Recorded data:
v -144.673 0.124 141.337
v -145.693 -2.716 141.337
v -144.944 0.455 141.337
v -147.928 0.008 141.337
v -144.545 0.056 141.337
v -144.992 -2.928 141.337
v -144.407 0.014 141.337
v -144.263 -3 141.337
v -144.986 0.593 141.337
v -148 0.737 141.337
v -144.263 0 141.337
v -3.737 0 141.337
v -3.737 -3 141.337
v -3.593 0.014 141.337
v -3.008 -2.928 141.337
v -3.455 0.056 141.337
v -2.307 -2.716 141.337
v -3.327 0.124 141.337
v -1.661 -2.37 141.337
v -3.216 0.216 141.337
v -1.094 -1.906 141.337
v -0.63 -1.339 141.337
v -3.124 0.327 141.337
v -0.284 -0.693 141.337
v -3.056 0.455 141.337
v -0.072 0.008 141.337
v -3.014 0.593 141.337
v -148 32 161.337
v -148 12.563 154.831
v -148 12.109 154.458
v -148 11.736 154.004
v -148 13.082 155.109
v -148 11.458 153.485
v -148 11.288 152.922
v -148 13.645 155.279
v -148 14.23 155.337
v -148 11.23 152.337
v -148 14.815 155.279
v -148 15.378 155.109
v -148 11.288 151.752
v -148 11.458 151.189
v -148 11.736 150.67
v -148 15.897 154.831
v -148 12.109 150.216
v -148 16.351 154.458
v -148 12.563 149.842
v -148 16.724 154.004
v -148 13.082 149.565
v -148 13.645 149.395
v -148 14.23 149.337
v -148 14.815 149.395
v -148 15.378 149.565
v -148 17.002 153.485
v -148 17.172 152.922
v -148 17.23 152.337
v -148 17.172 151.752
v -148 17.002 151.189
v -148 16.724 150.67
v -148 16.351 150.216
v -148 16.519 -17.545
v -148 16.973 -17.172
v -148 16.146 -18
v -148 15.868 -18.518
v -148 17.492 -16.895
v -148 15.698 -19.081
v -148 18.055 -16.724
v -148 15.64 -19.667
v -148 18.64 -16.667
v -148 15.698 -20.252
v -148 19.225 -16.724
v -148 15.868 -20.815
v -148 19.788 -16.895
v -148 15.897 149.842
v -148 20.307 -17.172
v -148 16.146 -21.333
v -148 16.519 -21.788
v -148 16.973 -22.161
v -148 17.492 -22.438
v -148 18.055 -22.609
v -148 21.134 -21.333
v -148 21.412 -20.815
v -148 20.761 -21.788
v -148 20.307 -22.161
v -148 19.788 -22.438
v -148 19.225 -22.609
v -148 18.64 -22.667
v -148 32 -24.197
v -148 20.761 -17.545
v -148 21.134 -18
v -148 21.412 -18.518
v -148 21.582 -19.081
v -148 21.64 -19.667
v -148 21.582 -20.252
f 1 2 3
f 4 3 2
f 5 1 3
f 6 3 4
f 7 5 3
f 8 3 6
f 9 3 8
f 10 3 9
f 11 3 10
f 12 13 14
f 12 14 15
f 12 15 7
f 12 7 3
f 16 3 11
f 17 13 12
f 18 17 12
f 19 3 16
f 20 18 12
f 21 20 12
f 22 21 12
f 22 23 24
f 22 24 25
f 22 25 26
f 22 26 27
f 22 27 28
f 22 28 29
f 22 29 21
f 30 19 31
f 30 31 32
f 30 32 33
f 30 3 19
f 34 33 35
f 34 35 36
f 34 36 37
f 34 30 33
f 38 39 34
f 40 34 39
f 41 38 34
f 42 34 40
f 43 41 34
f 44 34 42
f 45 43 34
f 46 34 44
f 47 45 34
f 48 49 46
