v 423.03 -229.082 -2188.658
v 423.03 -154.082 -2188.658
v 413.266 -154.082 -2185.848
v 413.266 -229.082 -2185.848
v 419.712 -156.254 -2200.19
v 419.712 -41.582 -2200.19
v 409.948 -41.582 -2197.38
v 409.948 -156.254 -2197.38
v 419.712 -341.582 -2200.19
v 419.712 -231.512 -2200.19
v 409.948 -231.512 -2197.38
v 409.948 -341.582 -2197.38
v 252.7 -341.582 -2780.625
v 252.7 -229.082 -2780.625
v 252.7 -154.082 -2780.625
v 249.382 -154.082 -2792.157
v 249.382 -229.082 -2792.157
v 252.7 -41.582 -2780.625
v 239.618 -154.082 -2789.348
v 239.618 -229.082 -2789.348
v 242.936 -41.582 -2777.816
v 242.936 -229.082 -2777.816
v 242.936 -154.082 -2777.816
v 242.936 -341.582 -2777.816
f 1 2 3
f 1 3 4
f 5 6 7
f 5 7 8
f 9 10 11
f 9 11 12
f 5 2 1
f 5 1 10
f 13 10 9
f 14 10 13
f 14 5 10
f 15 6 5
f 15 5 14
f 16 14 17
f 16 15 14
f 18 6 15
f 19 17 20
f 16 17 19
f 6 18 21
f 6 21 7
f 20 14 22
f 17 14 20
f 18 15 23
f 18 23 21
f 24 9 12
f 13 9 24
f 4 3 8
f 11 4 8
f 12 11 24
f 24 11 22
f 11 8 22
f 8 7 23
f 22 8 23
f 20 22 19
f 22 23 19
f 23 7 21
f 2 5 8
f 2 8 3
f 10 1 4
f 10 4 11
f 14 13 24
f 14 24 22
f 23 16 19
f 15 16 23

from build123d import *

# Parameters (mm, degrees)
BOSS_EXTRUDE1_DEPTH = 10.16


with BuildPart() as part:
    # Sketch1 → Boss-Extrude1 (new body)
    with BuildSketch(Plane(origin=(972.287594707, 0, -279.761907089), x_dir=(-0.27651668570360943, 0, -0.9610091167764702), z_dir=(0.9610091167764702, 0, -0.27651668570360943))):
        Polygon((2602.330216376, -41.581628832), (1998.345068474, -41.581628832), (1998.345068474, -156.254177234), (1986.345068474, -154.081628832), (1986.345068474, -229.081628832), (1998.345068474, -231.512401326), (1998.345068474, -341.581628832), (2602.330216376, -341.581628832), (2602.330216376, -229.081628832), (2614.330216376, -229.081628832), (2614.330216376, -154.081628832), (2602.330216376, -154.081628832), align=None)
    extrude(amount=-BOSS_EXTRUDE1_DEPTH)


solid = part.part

---

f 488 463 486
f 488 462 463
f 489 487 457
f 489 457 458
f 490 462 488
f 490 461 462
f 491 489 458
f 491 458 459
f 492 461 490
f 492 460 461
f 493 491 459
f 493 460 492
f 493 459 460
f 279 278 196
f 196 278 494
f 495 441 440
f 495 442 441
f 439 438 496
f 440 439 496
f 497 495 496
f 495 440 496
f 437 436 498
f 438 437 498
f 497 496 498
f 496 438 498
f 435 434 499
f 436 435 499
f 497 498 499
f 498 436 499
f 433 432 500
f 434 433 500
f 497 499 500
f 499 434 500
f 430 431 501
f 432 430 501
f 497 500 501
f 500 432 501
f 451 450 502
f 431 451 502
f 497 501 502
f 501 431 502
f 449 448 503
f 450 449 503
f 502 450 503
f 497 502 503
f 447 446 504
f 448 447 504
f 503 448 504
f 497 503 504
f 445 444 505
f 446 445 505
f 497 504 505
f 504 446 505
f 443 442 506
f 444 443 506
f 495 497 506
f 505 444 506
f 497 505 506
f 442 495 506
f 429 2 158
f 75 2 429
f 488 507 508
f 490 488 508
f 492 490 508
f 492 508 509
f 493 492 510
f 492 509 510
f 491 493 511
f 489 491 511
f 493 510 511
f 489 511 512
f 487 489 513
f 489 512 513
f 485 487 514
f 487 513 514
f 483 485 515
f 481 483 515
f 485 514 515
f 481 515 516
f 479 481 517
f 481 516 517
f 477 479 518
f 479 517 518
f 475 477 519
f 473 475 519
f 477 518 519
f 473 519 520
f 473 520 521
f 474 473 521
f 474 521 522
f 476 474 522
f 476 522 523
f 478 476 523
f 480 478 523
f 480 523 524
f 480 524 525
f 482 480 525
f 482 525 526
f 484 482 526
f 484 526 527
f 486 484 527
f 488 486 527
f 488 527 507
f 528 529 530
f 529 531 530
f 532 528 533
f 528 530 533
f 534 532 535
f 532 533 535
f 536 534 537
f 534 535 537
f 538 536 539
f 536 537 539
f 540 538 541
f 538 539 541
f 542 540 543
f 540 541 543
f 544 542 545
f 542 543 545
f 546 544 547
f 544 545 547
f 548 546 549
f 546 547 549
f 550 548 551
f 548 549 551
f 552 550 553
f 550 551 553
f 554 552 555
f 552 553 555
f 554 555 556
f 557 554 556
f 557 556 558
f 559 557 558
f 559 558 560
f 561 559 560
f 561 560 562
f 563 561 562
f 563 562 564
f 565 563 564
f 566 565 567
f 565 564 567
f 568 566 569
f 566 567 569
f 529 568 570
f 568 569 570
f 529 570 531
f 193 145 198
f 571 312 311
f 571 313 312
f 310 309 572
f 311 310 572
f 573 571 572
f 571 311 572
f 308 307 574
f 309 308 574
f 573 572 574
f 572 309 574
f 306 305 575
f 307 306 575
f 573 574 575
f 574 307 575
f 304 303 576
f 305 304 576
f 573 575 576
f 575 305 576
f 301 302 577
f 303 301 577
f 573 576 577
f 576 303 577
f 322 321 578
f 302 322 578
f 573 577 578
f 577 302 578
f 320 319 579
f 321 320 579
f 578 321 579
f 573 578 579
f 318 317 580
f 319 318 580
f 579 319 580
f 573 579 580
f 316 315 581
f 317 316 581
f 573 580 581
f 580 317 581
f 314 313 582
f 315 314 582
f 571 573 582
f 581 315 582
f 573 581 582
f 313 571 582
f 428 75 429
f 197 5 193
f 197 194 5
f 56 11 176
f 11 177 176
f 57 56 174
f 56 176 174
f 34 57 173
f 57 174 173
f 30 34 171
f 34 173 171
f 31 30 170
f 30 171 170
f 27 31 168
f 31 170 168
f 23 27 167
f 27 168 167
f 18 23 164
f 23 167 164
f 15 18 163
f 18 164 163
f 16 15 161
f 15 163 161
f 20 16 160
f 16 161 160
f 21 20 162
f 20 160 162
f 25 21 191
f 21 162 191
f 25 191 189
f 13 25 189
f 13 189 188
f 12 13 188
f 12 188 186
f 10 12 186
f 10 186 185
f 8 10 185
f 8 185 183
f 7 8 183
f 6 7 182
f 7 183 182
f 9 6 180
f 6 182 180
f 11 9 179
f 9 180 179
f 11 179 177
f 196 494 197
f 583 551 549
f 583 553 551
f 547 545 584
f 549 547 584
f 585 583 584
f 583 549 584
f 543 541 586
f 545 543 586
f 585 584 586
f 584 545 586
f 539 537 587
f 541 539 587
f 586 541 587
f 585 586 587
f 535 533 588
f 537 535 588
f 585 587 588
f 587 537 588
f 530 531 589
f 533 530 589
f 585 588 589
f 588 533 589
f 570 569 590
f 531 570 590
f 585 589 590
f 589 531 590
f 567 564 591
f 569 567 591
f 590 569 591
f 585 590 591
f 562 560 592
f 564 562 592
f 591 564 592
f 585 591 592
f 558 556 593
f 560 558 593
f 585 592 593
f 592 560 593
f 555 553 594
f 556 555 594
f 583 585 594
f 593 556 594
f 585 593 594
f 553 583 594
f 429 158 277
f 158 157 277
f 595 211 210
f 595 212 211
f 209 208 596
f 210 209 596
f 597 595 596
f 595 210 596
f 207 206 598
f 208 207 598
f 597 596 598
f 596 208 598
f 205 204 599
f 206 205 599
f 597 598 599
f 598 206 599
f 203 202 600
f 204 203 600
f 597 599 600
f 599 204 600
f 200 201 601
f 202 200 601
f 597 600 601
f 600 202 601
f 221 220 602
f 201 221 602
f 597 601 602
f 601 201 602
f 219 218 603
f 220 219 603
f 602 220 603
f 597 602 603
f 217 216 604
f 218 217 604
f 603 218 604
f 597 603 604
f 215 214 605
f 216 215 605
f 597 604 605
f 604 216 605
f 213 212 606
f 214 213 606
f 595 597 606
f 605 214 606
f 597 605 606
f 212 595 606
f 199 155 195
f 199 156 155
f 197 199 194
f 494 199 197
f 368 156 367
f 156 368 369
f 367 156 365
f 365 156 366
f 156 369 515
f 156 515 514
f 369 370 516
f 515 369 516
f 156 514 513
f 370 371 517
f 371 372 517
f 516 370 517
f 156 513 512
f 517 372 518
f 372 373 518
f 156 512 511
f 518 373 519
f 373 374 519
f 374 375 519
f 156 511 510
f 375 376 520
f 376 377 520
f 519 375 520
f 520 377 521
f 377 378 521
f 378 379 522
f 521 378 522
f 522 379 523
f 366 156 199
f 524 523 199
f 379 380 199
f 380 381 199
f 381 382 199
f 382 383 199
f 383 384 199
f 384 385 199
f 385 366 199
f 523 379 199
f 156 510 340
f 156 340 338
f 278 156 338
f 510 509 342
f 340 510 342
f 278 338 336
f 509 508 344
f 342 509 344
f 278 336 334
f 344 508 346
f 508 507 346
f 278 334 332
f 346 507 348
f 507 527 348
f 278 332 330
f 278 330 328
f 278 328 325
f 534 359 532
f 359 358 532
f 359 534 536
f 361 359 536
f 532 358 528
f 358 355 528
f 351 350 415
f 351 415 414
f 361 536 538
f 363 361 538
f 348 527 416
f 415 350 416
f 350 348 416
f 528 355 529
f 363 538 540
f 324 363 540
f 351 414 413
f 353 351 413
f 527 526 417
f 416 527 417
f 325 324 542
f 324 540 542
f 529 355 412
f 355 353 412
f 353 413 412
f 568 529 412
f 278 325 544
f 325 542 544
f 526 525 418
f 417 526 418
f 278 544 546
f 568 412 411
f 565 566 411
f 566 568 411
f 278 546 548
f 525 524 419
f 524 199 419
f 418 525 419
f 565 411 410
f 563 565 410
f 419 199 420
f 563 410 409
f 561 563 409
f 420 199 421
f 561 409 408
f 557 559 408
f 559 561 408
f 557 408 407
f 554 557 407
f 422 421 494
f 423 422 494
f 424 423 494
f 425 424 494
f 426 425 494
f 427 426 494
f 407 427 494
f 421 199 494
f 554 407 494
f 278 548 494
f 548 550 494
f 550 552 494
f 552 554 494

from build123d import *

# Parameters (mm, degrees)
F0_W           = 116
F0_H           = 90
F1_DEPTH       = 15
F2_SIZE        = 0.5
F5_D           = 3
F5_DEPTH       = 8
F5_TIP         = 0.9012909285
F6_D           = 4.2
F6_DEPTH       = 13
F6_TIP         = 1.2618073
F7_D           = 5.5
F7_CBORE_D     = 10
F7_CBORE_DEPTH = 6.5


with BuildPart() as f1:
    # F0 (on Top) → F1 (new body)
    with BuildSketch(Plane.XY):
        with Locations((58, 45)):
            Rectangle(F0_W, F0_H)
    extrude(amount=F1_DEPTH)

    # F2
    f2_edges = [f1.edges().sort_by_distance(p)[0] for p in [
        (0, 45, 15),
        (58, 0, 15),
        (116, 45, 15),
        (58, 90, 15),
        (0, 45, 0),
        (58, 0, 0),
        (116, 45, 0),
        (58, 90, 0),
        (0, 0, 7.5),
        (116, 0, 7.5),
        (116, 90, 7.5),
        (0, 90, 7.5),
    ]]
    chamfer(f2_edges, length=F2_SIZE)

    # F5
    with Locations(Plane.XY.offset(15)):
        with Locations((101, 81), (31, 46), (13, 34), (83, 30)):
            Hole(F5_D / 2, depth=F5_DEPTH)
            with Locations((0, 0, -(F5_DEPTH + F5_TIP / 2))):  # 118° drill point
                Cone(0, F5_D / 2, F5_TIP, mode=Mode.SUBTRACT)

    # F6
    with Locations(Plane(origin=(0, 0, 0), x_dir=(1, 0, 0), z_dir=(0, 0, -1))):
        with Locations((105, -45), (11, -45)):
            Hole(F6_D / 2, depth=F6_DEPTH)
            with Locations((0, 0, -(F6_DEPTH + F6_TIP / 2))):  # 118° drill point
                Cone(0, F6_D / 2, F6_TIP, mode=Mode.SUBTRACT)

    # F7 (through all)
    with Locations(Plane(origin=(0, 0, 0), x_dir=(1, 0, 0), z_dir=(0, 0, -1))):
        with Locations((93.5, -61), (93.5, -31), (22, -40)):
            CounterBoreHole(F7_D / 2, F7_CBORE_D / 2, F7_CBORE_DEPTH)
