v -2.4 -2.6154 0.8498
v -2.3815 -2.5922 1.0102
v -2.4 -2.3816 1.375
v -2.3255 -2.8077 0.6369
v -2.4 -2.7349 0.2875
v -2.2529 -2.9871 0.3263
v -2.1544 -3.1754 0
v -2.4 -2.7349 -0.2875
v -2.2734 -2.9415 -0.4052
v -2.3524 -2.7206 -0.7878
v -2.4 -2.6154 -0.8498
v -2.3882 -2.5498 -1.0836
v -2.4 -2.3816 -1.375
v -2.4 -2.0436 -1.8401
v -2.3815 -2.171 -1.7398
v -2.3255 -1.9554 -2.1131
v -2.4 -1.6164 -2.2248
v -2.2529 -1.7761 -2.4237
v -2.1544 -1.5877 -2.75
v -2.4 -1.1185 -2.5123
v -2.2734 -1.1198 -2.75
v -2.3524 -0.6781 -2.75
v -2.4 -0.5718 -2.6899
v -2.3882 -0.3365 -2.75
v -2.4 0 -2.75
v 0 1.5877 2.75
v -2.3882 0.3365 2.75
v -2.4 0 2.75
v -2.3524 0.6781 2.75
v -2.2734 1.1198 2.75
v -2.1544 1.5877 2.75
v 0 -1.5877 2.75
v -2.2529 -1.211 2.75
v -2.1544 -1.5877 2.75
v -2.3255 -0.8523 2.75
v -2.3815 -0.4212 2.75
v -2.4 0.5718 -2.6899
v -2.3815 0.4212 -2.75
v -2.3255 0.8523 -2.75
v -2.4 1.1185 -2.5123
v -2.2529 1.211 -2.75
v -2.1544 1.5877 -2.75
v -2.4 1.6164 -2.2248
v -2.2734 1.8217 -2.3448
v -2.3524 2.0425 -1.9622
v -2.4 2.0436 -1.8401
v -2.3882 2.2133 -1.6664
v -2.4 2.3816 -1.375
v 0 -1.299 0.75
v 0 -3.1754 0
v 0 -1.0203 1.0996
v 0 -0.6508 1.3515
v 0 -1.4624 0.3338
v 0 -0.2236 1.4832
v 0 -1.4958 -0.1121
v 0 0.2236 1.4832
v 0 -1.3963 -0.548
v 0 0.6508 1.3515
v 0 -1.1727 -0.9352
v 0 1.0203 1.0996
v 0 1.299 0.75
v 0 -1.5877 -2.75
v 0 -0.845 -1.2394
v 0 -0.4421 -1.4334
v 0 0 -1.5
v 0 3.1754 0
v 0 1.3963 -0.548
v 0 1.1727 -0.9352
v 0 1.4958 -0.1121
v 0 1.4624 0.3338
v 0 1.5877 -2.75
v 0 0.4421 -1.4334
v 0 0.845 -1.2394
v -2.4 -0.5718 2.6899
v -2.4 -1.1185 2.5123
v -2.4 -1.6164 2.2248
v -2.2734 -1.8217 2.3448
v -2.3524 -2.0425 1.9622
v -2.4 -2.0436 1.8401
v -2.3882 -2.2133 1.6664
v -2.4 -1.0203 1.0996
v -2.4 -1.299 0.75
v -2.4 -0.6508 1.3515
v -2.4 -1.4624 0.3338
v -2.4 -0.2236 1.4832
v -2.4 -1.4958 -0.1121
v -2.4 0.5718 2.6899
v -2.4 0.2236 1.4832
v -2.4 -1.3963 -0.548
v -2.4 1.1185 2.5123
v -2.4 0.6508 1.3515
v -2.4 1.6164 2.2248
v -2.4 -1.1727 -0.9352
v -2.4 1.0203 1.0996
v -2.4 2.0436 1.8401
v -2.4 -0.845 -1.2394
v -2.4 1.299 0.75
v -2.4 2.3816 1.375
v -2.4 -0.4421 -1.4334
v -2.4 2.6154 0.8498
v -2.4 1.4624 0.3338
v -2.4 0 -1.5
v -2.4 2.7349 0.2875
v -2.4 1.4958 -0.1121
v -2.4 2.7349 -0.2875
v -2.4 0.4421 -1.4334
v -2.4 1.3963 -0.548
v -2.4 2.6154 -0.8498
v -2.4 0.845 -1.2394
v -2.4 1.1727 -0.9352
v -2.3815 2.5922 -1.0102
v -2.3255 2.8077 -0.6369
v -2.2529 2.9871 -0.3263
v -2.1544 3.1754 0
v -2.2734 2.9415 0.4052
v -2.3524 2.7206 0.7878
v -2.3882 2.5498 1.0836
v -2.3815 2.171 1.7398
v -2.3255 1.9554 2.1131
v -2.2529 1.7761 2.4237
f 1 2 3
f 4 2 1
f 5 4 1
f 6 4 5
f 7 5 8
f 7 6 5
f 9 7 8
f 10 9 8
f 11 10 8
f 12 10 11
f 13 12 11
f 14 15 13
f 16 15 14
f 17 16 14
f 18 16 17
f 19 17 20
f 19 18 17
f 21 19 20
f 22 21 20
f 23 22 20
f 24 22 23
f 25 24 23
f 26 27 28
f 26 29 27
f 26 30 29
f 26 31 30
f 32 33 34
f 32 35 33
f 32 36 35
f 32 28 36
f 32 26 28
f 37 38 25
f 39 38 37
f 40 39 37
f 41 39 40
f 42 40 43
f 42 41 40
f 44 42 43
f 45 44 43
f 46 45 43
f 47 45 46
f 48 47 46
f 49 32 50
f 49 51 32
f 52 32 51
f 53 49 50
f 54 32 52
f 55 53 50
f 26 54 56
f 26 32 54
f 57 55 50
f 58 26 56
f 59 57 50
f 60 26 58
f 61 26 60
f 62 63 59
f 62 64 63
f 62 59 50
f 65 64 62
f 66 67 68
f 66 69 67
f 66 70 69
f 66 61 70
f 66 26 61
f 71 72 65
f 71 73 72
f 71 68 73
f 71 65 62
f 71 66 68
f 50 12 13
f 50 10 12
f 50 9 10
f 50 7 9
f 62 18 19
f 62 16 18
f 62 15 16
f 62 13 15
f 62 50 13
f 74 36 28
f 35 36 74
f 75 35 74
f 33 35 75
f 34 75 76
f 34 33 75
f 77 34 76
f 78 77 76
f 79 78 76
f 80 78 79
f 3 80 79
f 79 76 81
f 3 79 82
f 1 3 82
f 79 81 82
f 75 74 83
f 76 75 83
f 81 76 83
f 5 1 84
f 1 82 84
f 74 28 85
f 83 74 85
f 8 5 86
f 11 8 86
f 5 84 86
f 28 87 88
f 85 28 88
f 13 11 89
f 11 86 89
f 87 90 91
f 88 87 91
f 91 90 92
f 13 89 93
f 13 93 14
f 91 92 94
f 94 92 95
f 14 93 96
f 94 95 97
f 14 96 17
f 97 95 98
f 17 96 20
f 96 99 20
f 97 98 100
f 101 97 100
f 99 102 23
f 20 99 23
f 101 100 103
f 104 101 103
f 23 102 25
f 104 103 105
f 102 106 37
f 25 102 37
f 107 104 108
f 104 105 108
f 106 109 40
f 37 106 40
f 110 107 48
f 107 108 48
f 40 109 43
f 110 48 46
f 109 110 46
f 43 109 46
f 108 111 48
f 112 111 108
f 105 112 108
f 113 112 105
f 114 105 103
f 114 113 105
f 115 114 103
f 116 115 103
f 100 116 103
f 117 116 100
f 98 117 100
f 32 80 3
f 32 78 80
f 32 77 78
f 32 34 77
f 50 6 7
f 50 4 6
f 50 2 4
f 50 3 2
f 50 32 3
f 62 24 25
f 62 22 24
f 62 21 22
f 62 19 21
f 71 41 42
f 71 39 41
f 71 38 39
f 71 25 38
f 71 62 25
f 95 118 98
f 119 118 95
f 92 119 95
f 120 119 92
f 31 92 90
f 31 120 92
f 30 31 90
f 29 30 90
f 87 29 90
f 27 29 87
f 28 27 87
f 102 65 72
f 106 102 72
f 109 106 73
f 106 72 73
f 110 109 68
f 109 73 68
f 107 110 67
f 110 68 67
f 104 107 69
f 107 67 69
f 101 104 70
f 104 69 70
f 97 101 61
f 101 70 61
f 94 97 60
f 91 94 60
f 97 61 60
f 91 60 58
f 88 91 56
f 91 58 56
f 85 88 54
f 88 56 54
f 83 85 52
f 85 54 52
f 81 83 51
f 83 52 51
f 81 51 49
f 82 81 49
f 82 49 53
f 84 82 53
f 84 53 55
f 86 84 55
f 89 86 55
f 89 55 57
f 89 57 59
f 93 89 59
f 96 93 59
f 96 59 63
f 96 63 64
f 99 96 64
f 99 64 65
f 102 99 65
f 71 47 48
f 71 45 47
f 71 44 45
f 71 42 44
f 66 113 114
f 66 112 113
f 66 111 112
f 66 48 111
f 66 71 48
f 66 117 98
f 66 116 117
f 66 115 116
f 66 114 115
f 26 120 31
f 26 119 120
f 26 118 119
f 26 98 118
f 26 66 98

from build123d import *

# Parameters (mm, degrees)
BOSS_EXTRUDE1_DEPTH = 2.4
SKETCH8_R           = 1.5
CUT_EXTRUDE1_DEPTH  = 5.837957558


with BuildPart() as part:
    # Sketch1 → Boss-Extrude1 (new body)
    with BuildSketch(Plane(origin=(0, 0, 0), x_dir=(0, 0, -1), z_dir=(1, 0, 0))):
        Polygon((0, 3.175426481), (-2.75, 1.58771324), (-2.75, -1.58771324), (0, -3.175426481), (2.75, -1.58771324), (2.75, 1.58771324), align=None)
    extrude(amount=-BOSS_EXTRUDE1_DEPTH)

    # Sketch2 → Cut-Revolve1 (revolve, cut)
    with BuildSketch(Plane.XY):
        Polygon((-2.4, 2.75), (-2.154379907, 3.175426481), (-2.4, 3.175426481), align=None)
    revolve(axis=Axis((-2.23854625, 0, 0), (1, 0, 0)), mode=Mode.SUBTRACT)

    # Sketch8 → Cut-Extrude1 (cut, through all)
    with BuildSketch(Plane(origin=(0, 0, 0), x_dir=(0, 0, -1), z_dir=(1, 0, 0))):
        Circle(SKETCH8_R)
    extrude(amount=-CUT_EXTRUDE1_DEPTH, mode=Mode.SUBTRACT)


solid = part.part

Exercise details:
Copy out, exactly and alone, the lines of the entries above between the ones holding "v -144.673 0.124 141.337" and "v -3.593 0.014 141.337", inclusive.

Reply:
v -144.673 0.124 141.337
v -145.693 -2.716 141.337
v -144.944 0.455 141.337
v -147.928 0.008 141.337
v -144.545 0.056 141.337
v -144.992 -2.928 141.337
v -144.407 0.014 141.337
v -144.263 -3 141.337
v -144.986 0.593 141.337
v -148 0.737 141.337
v -144.263 0 141.337
v -3.737 0 141.337
v -3.737 -3 141.337
v -3.593 0.014 141.337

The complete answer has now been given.